Entidades lutam para manter prédios que registram a história de Passo Fundo. Largo Roseli Dolesk Pretto, no centro da cidade, reúne edificações centenárias e únicas na região
Boa parte da história de Passo Fundo está registrada e armazenada em um conjunto de prédios localizados na Av. Brasil, bem no centro da cidade. Em um terreno que se estende até a Rua Moron, estão edificações centenárias como a que abriga o Museu de Artes Visuais Ruth Schneider (MAVRS) da Universidade de Passo Fundo e o Museu Histórico Regional – prédio construído entre 1909 e 1911, de propriedade da prefeitura de Passo Fundo, tombado pelo poder publico municipal, Lei n° 2608/90 de 25/09/1990, e integrante do Patrimônio Histórico e Cultural do Estado do Rio Grande do Sul, Lei 12.993 de 13/06/2008- e o da Academia Passo-Fundense de Letras onde também funciona a secretaria de Desporto e Cultura (SEDEC). Além disso, o complexo histórico também abriga várias entidades governamentais e não governamentais. A esse local dá-se o nome de Largo Roseli Dolesk Pretto. “Um patrimônio extremamente importante e único em nossa região”, disse um dos diretores do Grupo Ecológico Sentinela dos Pampas (GESP), Paulo Cornélio, durante entrevista ao programa Realidade dessa quinta-feira (02)

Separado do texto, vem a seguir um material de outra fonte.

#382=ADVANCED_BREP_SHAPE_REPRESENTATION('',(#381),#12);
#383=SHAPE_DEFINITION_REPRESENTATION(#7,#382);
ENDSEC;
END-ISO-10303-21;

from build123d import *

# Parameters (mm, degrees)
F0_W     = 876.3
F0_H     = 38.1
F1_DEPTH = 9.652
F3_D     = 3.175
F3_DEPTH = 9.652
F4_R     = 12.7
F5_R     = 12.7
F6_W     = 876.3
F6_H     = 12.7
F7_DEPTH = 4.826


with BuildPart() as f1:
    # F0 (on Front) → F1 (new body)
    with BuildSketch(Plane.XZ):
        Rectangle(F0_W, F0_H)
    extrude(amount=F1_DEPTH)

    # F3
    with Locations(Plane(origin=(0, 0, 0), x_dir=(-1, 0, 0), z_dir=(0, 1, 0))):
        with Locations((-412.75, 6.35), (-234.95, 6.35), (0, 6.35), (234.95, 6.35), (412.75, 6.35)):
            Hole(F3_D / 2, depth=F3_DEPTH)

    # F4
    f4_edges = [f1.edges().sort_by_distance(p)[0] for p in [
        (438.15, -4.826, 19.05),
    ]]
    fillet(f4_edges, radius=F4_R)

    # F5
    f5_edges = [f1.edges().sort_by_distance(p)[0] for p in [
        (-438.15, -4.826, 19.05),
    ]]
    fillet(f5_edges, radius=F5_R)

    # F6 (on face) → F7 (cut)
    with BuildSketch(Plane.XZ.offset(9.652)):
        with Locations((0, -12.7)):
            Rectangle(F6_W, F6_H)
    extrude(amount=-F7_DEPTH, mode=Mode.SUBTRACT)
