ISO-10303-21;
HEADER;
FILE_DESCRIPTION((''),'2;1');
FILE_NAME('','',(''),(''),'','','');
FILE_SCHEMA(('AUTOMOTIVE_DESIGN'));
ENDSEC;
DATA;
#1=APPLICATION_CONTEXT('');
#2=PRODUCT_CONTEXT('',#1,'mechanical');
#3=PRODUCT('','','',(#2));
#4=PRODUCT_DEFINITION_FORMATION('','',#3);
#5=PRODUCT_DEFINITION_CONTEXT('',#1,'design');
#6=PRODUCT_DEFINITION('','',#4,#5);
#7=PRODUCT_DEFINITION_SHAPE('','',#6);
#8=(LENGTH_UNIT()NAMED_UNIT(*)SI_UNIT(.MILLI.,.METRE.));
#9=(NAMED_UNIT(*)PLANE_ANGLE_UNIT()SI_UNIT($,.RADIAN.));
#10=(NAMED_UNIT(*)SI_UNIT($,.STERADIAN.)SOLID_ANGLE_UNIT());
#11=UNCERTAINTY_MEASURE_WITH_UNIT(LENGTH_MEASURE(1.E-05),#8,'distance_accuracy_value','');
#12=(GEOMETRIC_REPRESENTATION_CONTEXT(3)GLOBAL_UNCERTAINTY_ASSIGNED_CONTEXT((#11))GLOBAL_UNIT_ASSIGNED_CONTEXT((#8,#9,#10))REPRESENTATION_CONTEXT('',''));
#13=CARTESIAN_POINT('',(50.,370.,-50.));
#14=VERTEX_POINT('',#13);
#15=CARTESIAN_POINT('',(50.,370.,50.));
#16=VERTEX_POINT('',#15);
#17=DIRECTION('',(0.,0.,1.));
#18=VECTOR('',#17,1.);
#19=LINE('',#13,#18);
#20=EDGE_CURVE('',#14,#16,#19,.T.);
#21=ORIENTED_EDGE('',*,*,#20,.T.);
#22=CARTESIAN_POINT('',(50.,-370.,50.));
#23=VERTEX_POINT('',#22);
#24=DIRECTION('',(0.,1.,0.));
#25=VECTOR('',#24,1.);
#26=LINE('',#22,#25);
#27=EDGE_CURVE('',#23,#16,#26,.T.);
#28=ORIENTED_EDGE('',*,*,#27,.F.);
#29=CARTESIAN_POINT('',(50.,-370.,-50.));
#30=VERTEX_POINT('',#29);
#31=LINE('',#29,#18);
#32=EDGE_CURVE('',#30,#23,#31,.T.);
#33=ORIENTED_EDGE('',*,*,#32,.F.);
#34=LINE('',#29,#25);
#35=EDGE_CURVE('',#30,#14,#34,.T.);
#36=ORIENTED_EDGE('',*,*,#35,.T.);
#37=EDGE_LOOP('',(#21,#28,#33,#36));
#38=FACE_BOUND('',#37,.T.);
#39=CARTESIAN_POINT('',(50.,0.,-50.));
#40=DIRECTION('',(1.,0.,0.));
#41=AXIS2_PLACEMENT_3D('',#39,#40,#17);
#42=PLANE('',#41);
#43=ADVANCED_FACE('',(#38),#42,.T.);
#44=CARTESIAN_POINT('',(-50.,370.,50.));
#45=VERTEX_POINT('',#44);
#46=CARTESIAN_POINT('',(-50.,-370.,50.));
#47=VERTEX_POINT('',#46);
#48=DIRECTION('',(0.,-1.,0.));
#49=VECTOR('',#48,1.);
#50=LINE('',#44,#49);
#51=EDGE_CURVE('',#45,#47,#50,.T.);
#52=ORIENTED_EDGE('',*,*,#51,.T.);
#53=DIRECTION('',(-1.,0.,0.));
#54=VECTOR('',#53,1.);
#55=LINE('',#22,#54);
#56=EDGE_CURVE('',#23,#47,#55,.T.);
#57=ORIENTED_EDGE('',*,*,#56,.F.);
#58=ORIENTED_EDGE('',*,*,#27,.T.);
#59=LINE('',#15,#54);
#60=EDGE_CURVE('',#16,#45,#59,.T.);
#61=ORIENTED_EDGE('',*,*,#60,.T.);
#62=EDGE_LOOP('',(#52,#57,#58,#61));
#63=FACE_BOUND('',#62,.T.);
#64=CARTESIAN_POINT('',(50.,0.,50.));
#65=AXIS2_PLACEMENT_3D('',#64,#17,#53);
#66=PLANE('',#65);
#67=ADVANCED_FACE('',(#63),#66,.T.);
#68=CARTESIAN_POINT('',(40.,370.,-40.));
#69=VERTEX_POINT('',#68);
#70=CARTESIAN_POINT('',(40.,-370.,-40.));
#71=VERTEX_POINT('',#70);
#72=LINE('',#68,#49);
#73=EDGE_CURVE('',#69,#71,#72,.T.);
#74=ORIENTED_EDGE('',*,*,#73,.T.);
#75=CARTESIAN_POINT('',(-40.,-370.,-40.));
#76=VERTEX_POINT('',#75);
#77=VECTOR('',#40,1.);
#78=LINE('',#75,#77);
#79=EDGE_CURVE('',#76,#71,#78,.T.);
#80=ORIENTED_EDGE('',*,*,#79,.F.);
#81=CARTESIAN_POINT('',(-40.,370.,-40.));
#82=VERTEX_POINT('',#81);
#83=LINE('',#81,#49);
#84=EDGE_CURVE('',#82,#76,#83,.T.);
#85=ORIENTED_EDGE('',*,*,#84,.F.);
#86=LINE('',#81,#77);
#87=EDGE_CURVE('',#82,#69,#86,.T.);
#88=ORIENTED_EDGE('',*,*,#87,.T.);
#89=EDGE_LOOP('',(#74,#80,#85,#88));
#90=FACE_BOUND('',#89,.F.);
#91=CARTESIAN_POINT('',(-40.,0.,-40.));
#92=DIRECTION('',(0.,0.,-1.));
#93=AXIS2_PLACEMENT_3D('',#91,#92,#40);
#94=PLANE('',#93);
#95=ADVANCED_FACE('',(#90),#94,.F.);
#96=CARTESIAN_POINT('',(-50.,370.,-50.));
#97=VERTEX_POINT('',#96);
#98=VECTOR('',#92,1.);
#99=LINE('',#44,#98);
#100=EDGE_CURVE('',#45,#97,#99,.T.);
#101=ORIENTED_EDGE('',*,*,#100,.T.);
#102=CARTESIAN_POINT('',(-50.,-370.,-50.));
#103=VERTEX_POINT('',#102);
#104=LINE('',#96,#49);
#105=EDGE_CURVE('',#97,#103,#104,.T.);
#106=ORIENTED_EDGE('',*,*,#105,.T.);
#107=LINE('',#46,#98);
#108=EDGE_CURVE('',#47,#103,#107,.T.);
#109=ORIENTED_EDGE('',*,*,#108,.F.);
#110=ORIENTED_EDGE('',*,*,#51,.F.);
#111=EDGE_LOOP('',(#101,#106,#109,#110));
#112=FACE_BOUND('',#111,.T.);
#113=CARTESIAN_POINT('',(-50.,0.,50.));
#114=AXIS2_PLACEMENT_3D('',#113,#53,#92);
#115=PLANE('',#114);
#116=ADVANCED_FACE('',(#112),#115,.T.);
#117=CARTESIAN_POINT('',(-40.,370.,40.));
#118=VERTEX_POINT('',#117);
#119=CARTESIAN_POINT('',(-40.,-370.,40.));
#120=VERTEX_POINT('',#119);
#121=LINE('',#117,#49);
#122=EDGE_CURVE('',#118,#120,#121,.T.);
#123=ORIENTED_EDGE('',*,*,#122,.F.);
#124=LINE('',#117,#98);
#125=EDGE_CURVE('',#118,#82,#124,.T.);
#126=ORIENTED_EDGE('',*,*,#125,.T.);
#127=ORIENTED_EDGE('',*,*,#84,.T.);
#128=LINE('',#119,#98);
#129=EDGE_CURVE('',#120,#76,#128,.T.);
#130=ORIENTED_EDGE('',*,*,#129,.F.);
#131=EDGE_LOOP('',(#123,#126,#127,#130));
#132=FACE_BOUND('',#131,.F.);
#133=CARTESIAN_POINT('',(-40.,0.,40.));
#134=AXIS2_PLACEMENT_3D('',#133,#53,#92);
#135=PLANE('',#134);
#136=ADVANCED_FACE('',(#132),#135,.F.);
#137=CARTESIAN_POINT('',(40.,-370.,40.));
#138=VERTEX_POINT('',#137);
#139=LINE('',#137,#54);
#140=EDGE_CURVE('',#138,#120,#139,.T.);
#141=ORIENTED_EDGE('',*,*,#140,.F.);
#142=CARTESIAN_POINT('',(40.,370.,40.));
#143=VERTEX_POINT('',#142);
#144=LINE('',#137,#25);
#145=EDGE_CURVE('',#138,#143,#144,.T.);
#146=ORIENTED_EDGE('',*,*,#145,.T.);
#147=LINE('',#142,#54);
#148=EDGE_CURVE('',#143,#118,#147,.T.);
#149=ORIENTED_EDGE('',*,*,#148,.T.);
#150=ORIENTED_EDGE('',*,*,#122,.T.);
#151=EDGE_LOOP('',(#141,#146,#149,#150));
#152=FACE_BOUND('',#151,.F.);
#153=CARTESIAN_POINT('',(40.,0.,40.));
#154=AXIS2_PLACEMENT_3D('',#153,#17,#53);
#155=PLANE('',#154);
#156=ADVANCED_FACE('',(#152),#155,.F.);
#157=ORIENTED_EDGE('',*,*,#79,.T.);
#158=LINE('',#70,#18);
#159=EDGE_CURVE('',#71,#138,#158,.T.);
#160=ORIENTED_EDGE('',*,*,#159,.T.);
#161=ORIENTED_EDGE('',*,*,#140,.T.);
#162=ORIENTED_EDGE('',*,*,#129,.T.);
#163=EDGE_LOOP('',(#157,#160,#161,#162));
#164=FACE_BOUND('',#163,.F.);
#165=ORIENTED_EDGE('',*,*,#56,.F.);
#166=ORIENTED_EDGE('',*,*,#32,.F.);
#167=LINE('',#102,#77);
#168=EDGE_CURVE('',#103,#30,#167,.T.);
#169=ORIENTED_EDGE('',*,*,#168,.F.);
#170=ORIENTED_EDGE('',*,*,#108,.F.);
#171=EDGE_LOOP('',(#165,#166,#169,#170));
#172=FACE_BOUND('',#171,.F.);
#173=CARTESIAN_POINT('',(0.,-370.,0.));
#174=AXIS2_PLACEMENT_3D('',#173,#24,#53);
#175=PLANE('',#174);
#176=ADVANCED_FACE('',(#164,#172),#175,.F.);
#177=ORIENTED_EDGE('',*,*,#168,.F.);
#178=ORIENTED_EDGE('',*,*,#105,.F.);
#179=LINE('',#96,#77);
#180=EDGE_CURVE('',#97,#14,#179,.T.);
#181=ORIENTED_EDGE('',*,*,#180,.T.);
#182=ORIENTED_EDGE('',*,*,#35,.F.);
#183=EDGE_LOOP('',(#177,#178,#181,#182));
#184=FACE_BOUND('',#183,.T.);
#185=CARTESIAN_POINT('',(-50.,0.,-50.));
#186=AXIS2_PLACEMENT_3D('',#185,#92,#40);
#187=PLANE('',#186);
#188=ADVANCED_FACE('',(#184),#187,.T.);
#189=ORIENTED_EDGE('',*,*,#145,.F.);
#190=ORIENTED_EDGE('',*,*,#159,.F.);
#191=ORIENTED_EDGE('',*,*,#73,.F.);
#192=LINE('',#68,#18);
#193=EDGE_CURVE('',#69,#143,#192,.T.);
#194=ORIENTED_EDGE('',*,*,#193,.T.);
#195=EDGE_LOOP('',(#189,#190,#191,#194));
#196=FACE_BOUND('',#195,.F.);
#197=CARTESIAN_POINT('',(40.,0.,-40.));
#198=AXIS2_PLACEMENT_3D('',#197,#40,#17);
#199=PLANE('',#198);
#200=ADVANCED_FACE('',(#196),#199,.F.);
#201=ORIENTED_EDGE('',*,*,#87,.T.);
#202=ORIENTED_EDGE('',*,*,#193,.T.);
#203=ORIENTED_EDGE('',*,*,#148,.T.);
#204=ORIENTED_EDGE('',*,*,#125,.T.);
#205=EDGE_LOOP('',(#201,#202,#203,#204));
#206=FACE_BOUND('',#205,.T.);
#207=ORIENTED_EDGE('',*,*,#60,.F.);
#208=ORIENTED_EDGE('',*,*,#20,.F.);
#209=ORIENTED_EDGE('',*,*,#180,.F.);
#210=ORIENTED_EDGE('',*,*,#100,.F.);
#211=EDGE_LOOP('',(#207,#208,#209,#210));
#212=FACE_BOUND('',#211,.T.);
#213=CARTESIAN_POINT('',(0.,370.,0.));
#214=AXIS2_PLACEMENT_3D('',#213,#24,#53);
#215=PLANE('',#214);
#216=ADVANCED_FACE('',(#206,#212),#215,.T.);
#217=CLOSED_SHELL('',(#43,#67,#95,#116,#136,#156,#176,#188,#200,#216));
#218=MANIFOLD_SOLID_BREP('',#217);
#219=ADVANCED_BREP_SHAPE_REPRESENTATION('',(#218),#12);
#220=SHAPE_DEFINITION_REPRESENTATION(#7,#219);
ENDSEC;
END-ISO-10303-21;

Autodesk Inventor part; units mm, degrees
sketch "Esboço1" plane through (0, 0, 0) normal (0, 1, 0) x (-1, 0, 0)
  line L0 (-50, 50) -> (50, 50)
  line L1 (50, 50) -> (50, -50)
  line L2 (50, -50) -> (-50, -50)
  line L3 (-50, -50) -> (-50, 50)
  line L4 (-50, 50) -> (50, -50) construction
  line L5 (50, 50) -> (-50, -50) construction
  line L6 (-40, 40) -> (40, 40)
  line L7 (40, 40) -> (40, -40)
  line L8 (40, -40) -> (-40, -40)
  line L9 (-40, -40) -> (-40, 40)
  line L10 (-40, 40) -> (40, -40) construction
  line L11 (40, 40) -> (-40, -40) construction
  point P0 (0, 0)
  dimension "d0" = 100
  dimension "d1" = 10
extrude "Extrusão1" add sketch "Esboço1" along normal mid plane 740
equation "\"Raio_vergadura\" = Espessura"
equation "\"Largura_alívio_de_vergadura\" = Espessura"
equation "\"Profundidade_alívio_de_vergadura\" = 0.5 * Espessura"
equation "\"Tamanho_alívio_de_dobra\" = 4 * Espessura"
equation "\"Remanescente_mínimo\" = 2 * Espessura"
equation "\"Raiodetransição\" = Raio_vergadura"
equation "\"Tamanho_de_raio_de_Jacobi\" = Raio_vergadura"
equation "\"TamanhoFolga\" = Espessura"
equation "\"Espessura\" = 0.5"
properties part number "Perna para Exercício"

O GESP luta pela revitalização desse ponto importantíssimo do município. Paulo Cornélio contou que “em uma homenagem a professora e artista Roseli, que fez trabalhos belíssimos e desenvolveu muitas atividades, principalmente, em relação ao MAVRS, deu-se o seu nome ao largo, que é todo o conjunto interno e externo que vai da Av. Brasil a Moron”.
(Integrante do Grupo Ecológico Sentinela dos Pampas (GESP), Paulo Cornélio / FOTO ÉDSON COLTZ)
Cornélio destacou que além de ter um papel arquitetônico e histórico, o complexo é hoje marcado pela cidadania, pois as organizações ali instaladas desenvolvem ações, em sua maioria, de forma voluntária junto à sociedade. “Alguns anos atrás nós preocupados com isso, principalmente, com o processo de abando que se encontrava aquele espaço, começamos a desenvolver atividades junto com aquelas instituições. Formamos um grupo de trabalho para tentar procurar um plano diretor para o espaço físico, a partir daí as entidades começaram a desenvolver atividades em defesa do local. Tanto que hoje já tem um inquérito civil aberto no Ministério Público Estadual que está acompanhando todo o processo de revitalização”, contou ele. Mesmo assim, de acordo com Cornélio, não ocorreram grandes avanços em relação à melhoria da estrutura dos prédios.
“Um exemplo é o Museu de Artes Visuais Ruth Schneider, a antiga Intendência do Município, tem 100 anos e até recentemente ainda tinha goteiras, problemas de infiltração e com a fiação elétrica. E não podemos esquecer que ele abriga um acervo fantástico, único em nossa região, tanto de arte como também de elementos históricos extremamente importantes. Ao lado o Teatro Municipal, que também está em situação lamentável. O único prédio que apresenta melhor situação é o da Academia Passo-Fundense de Letras que teve melhoria na parte frontal por intermédio do Ministério Público”, afirmou o integrante do GESP, ao lamentar que é preciso recorrer ao MP quando não existem outras alternativas para manter a estrutura.
Parque da Gare
O GESP juntamente com a União das Associações de Moradores (UAMPAF) também recorreu ao Ministério Público, em 2009, pedindo que houvesse intervenção para a conservação do Parque da Gare. Em 2011, outro relatório foi feito apontando os problemas existentes na área de lazer. Segundo Cornélio, a intenção é chamar a atenção da administração para a necessidade de guarda-parques, de funcionários capacitados e um departamento para resguardar esses espaços, mas ele também alerta que é preciso a população tomar para si a responsabilidade de manter o que é público. “A população tem responsabilidade nisso. Temos que criar mecanismos para que a população utilize as praças e para que as pessoas ajudem a cuidar desses locais”, enfatizou.